O número de idosos a cumprir penas de prisão no Japão tem aumentado de forma alarmante nos últimos anos. Muitos destes reclusos, com mais de 65 anos, são condenados por pequenos furtos, cometidos não por ganância, mas por necessidade. A falta de apoio social e a solidão levam alguns a reincidir de propósito, pois na prisão encontram alimentação, cuidados médicos e companhia, algo que lhes falta no dia a dia.
De acordo com dados da CNN Internacional, a população carcerária idosa quadruplicou entre 2003 e 2022. Atualmente, cerca de metade dos furtos registados no país são cometidos por pessoas com mais de 65 anos, e mais de 80% das reclusas desta faixa etária estão presas por roubo. Em muitos casos, os próprios idosos apresentam-se voluntariamente à polícia, entregando os bens furtados, numa tentativa de acelerar o processo de detenção.
Um dos exemplos mais marcantes é o de Toshio Takata, um homem de 60 anos que roubou uma bicicleta e se entregou às autoridades. A sua história reflete a de muitos outros idosos que, ao cumprirem a pena, percebem que a vida na prisão é mais segura e confortável do que a realidade que enfrentam fora dela.
Segundo a Executive Digest, a pobreza e o isolamento social são as principais razões que levam muitos idosos a esta situação extrema. O Japão enfrenta um dos ritmos de envelhecimento mais acelerados do mundo, com uma taxa de natalidade extremamente baixa, o que tem criado um cenário de solidão e falta de suporte familiar. Sem apoio suficiente, muitos idosos sentem-se desamparados e procuram alternativas para sobreviver.
A questão financeira agrava ainda mais o problema. O sistema de pensões japonês não consegue garantir um rendimento digno a muitos reformados. Segundo a Bloomberg, muitos idosos continuam a trabalhar mesmo depois dos 70 e 80 anos para conseguirem pagar as suas despesas. Em 2019, um estudo da Universidade Metropolitana de Tóquio indicava que 44% das mulheres idosas solteiras viviam abaixo do limiar da pobreza.
O acesso limitado a recursos básicos leva muitos a ver a prisão como uma solução para os seus problemas. Lá, têm garantidos refeições, alojamento e assistência médica, algo que não conseguem assegurar no exterior. Para muitos, a prisão torna-se uma alternativa mais segura e digna do que a liberdade.
A história de Akiyo, uma mulher de 81 anos condenada por furtos repetidos, ilustra bem esta realidade. O seu próprio filho rejeitou-a, dizendo-lhe: “Gostava que te fosses embora”. Sentindo-se sem esperança, viu na prisão um refúgio. “Se tivesse estabilidade financeira e uma vida confortável, não teria feito isto”, confessou. “Talvez esta seja a vida mais estável para mim”.
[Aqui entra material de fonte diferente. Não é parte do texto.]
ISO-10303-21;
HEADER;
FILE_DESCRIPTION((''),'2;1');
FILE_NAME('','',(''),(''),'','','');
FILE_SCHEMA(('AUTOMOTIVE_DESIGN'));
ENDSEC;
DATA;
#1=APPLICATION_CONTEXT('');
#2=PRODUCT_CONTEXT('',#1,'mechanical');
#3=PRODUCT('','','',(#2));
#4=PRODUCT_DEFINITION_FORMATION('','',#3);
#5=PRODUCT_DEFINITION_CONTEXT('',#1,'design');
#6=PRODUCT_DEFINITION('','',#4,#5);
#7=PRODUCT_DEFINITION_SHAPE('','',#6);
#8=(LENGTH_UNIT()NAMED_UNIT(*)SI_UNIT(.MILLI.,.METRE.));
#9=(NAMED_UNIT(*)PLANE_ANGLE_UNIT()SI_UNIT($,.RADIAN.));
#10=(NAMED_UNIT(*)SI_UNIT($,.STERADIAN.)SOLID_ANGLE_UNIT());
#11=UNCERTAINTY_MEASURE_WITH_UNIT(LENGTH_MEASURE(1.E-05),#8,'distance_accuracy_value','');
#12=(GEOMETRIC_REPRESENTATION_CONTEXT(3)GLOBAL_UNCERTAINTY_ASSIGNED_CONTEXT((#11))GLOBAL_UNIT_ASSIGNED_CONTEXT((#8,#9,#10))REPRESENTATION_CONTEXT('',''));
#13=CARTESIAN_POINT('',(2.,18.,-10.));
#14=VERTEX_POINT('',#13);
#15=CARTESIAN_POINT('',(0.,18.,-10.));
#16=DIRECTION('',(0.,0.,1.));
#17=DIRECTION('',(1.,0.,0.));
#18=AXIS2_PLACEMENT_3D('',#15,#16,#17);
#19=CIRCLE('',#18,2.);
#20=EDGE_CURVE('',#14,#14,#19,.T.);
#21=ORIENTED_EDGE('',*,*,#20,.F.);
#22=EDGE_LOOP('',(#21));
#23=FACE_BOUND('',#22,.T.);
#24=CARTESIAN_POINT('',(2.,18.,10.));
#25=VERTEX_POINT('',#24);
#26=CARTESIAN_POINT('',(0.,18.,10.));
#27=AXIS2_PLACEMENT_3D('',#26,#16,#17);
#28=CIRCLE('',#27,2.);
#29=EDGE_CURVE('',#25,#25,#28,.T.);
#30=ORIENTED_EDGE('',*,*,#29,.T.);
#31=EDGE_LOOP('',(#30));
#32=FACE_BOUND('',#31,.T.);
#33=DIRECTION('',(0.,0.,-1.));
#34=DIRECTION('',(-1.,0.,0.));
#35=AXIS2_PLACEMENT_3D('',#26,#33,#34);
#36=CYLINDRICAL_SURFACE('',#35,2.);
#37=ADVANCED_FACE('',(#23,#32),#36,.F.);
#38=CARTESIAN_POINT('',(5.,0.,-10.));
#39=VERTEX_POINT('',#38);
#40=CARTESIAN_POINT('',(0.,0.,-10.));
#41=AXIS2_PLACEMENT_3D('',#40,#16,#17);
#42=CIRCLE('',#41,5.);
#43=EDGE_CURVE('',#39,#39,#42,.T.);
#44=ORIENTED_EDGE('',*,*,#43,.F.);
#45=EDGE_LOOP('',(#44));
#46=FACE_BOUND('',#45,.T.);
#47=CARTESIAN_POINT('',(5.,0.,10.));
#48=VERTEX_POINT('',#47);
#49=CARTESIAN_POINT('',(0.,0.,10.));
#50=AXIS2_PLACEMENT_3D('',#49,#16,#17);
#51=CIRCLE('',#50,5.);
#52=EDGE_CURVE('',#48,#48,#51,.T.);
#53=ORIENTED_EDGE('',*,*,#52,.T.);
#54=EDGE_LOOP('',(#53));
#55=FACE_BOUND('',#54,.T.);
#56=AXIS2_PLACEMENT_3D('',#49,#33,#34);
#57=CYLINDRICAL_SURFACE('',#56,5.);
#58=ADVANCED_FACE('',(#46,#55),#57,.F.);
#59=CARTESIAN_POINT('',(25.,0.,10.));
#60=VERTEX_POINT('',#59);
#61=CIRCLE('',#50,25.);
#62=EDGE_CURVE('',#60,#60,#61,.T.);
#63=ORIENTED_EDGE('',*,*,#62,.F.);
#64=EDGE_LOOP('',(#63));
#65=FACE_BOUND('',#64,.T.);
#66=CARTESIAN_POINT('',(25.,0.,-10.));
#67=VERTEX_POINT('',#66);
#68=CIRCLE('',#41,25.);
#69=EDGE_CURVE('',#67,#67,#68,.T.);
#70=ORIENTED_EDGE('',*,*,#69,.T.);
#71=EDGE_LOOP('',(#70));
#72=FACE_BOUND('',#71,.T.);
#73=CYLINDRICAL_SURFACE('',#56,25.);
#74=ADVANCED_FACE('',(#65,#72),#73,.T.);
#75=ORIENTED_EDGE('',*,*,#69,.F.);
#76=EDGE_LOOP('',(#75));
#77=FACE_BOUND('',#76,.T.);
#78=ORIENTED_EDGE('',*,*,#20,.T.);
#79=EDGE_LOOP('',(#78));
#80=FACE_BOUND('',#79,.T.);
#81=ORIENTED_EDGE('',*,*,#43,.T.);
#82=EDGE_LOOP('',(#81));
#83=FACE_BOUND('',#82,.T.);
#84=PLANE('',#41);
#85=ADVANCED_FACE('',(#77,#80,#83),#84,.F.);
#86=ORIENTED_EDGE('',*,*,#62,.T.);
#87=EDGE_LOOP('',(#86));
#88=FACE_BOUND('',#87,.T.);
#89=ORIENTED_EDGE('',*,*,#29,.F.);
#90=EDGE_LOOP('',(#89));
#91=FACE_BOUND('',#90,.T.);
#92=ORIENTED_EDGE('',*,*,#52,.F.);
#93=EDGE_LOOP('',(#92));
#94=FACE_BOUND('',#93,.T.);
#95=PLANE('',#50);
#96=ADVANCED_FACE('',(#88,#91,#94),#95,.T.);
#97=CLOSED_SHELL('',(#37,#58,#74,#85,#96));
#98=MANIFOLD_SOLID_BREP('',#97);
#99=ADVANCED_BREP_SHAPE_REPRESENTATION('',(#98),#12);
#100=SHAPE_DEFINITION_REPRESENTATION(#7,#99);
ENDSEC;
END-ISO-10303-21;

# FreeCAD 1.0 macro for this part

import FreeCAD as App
import Part
import Sketcher
Q = App.Units.Quantity

doc = App.newDocument("Part")
body = doc.addObject("PartDesign::Body", "Body")

sketch1 = body.newObject("Sketcher::SketchObject", "Sketch")
sketch1.AttachmentSupport = (doc.getObject("XY_Plane"), [""])
sketch1.MapMode = "FlatFace"
sketch1.addGeometry([
    Part.Circle(App.Vector(0, 0, 0), App.Vector(0, 0, 1), 25),
    Part.Circle(App.Vector(0, 0, 0), App.Vector(0, 0, 1), 5),
    Part.Circle(App.Vector(0, 18, 0), App.Vector(0, 0, 1), 2),
], False)
sketch1.addConstraint([
    Sketcher.Constraint("Coincident", 0, 3, -1, 1),
    Sketcher.Constraint("Coincident", 1, 3, -1, 1),
    Sketcher.Constraint("PointOnObject", 2, 3, -2),
    Sketcher.Constraint("Diameter", 0, Q("50 mm")),
    Sketcher.Constraint("Diameter", 1, Q("10 mm")),
    Sketcher.Constraint("Diameter", 2, Q("4 mm")),
    Sketcher.Constraint("DistanceY", -1, 1, 2, 3, Q("18 mm")),
])
pad1 = body.newObject("PartDesign::Pad", "Pad")
pad1.Profile = sketch1
pad1.Length = 20
pad1.Midplane = True

doc.recompute()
O professor Andrés Losada Baltar, especialista em Psicologia Clínica, traça um paralelo com a realidade espanhola, onde também há pessoas que prolongam a estadia em hospitais ou lares por não terem apoio em casa. “Muitos idosos procuram nesses espaços a atenção e o carinho que não encontram nas suas famílias”, explicou ao ABC.
A reintegração dos idosos após a libertação também representa um grande desafio. Muitas vezes, ao saírem da prisão, não têm qualquer rede de apoio e acabam por voltar a cometer crimes para serem novamente encarcerados. “Mesmo depois de regressarem à sociedade, não têm ninguém que cuide deles”, afirmou uma guarda prisional à CNN.
O Japão enfrenta um problema estrutural que exige mudanças urgentes. O governo tem desenvolvido iniciativas para apoiar idosos em situação de vulnerabilidade, mas ainda há um longo caminho a percorrer. O preconceito contra os mais velhos, conhecido como “idadismo”, agrava a situação, levando-os a acreditar que são um fardo para a sociedade. Para resolver esta crise, será essencial garantir melhores condições de vida à população idosa e evitar que a prisão continue a ser vista como a única alternativa viável para muitos.